Ça fait 25 ans que je chorégraphie maintenant, et je n’ai jamais parlé de ma culture, pour différentes raisons. Notre époque contemporaine est inscrite dans des enjeux majeurs à travers la vision du monde arabe, de l’Arabe, du Maghreb, mais c’est quand même une culture très riche au niveau musical et artistique. Maintenant, je suis prêt à la partager, pour plusieurs raisons. Premièrement, je pense que le monde change et qu’il change dans le bon sens. Grâce à internet, il a une forme d’ouverture qui se crée, une curiosité. On est moins cloisonnés dans des frontières, on a accès numériquement à autre chose, et ça nous enrichit.
Et aussi, moi, en tant qu’homme, du haut de mes 45 ans, je suis prêt. À 45 ans, j’ai l’impression qu'on est passé à travers les embûches, les remises en question, les bons coups et autres, pour qu’on soit prêt à parler de sa culture, de ses cultures dans mon cas. Les cultures québécoise, canadienne, marocaine et française, je porte ça en moi. Il faut savoir comment le partager et je sens que je suis plus à l’aise maintenant, avec plus de vécu. J’en parle sagement, j’en parle positivement. C’est important pour moi.

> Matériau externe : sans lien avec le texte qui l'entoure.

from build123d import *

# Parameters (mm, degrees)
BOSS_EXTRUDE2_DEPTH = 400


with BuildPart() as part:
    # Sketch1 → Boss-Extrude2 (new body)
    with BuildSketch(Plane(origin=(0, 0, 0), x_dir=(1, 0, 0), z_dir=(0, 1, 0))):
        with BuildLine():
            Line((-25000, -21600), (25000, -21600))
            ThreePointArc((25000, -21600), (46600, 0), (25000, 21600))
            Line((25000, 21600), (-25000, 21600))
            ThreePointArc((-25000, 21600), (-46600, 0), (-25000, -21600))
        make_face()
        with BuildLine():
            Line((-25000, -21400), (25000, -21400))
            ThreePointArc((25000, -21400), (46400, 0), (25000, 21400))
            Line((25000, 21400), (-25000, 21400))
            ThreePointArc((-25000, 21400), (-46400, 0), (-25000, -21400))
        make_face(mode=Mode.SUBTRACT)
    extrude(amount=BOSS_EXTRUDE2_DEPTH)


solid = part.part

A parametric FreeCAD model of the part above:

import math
import FreeCAD as App
import Part
import Sketcher

doc = App.newDocument("Part")
body = doc.addObject("PartDesign::Body", "Body")

sketch1 = body.newObject("Sketcher::SketchObject", "Sketch")
sketch1.AttachmentSupport = (doc.getObject("XZ_Plane"), [""])
sketch1.MapMode = "FlatFace"
sketch1.addGeometry(Part.LineSegment(App.Vector(-25000, 21600, 0), App.Vector(25000, 21600, 0)), False)
sketch1.addGeometry(Part.ArcOfCircle(Part.Circle(App.Vector(25000, 0, 0), App.Vector(0, 0, 1), 21600), math.radians(-90), math.radians(90)), False)
sketch1.addGeometry(Part.LineSegment(App.Vector(25000, -21600, 0), App.Vector(-25000, -21600, 0)), False)
sketch1.addGeometry(Part.ArcOfCircle(Part.Circle(App.Vector(-25000, 0, 0), App.Vector(0, 0, 1), 21600), math.radians(90), math.radians(270)), False)
sketch1.addGeometry(Part.LineSegment(App.Vector(25000, 21400, 0), App.Vector(-25000, 21400, 0)), False)
sketch1.addGeometry(Part.ArcOfCircle(Part.Circle(App.Vector(-25000, 0, 0), App.Vector(0, 0, 1), 21400), math.radians(90), math.radians(270)), False)
sketch1.addGeometry(Part.LineSegment(App.Vector(-25000, -21400, 0), App.Vector(25000, -21400, 0)), False)
sketch1.addGeometry(Part.ArcOfCircle(Part.Circle(App.Vector(25000, 0, 0), App.Vector(0, 0, 1), 21400), math.radians(-90), math.radians(90)), False)
sketch1.addConstraint(Sketcher.Constraint("Coincident", 0, 2, 1, 2))
sketch1.addConstraint(Sketcher.Constraint("Coincident", 1, 1, 2, 1))
sketch1.addConstraint(Sketcher.Constraint("Coincident", 2, 2, 3, 2))
sketch1.addConstraint(Sketcher.Constraint("Coincident", 3, 1, 0, 1))
sketch1.addConstraint(Sketcher.Constraint("Coincident", 4, 2, 5, 1))
sketch1.addConstraint(Sketcher.Constraint("Coincident", 5, 2, 6, 1))
sketch1.addConstraint(Sketcher.Constraint("Coincident", 6, 2, 7, 1))
sketch1.addConstraint(Sketcher.Constraint("Coincident", 7, 2, 4, 1))
sketch1.addConstraint(Sketcher.Constraint("Horizontal", 0))
sketch1.addConstraint(Sketcher.Constraint("Horizontal", 2))
sketch1.addConstraint(Sketcher.Constraint("Horizontal", 4))
sketch1.addConstraint(Sketcher.Constraint("Horizontal", 6))
sketch1.addConstraint(Sketcher.Constraint("Coincident", 5, 3, 3, 3))
sketch1.addConstraint(Sketcher.Constraint("Symmetric", 1, 3, 3, 3, -1, 1))
sketch1.addConstraint(Sketcher.Constraint("Vertical", 7, 3, 0, 2))
sketch1.addConstraint(Sketcher.Constraint("Vertical", 5, 3, 2, 2))
sketch1.addConstraint(Sketcher.Constraint("Equal", 0, 2))
sketch1.addConstraint(Sketcher.Constraint("Equal", 2, 4))
sketch1.addConstraint(Sketcher.Constraint("Equal", 4, 6))
sketch1.addConstraint(Sketcher.Constraint("Radius", 1, 21600.0))
sketch1.addConstraint(Sketcher.Constraint("Radius", 5, 21400.0))
sketch1.addConstraint(Sketcher.Constraint("DistanceX", 0, 1, 0, 2, 50000.0))
sketch1.addConstraint(Sketcher.Constraint("DistanceX", -1, 1, 1, 3, 25000.0))
sketch1.addConstraint(Sketcher.Constraint("DistanceX", -1, 1, 7, 3, 25000.0))
sketch1.addConstraint(Sketcher.Constraint("DistanceX", 4, 2, -1, 1, 25000.0))
sketch1.addConstraint(Sketcher.Constraint("DistanceX", -1, 1, 6, 2, 25000.0))
pad1 = body.newObject("PartDesign::Pad", "Pad")
pad1.Profile = sketch1
pad1.Length = 400
pad1.Reversed = True

doc.recompute()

Quelle trace aimerais-tu que Le sacre de Lila laisse sur son passage?
Pour mon public, le public québécois, c’est important de montrer qu’on peut aborder des cultures différentes sans passer par l’aspect dénonciation ou victimisation. Au contraire! On peut juste s’asseoir et sentir des vibrations extraordinaires d’un mélange de cultures, parce qu’on ramène des Québécois et des Marocains sur scène et ensemble, ils partagent cette forme de vibration libératrice. Ça ne fait pas une carte postale d’un pays, mais ça redéfinit une nouvelle identité du public québécois (je dis ça dans toute sa diversité ) et ce que ça représente de positif d’alimenter notre culture, notre art. Par le bonheur de bouger.
Et puis en tant que chorégraphe, la trace que je veux laisser… Quand on est chorégraphe, on présente des œuvres, on s’expose et on nous définit (le public, la communauté de la danse), sur quel type de chorégraphe tu es. Et moi, comment je me définis, c’est que je peux autant chorégraphier du cirque, du hip-hop, du ballet, je peux mélanger tout ça, je peux parler de sujets très importants, je peux partager une culture, ma culture. Je me sens comme une espèce de canal, comme un carrefour, et à chaque fois je choisis la route qui me plait et on ne m'attend jamais. C’est toujours inattendu. Pour moi, ça représente qu’il n’y a rien de figé dans le temps, et il n’y a personne de figé dans le temps, et ça, c’est important pour moi. C’est ça le mouvement, c’est ça la danse, ça bouge! Ça évolue, ça change, ça surprend, donc c’est la trace que je veux laisser de moi quand je fais une œuvre. C’est toujours risqué, mais il faut prendre le risque, et on mûrit avec ça.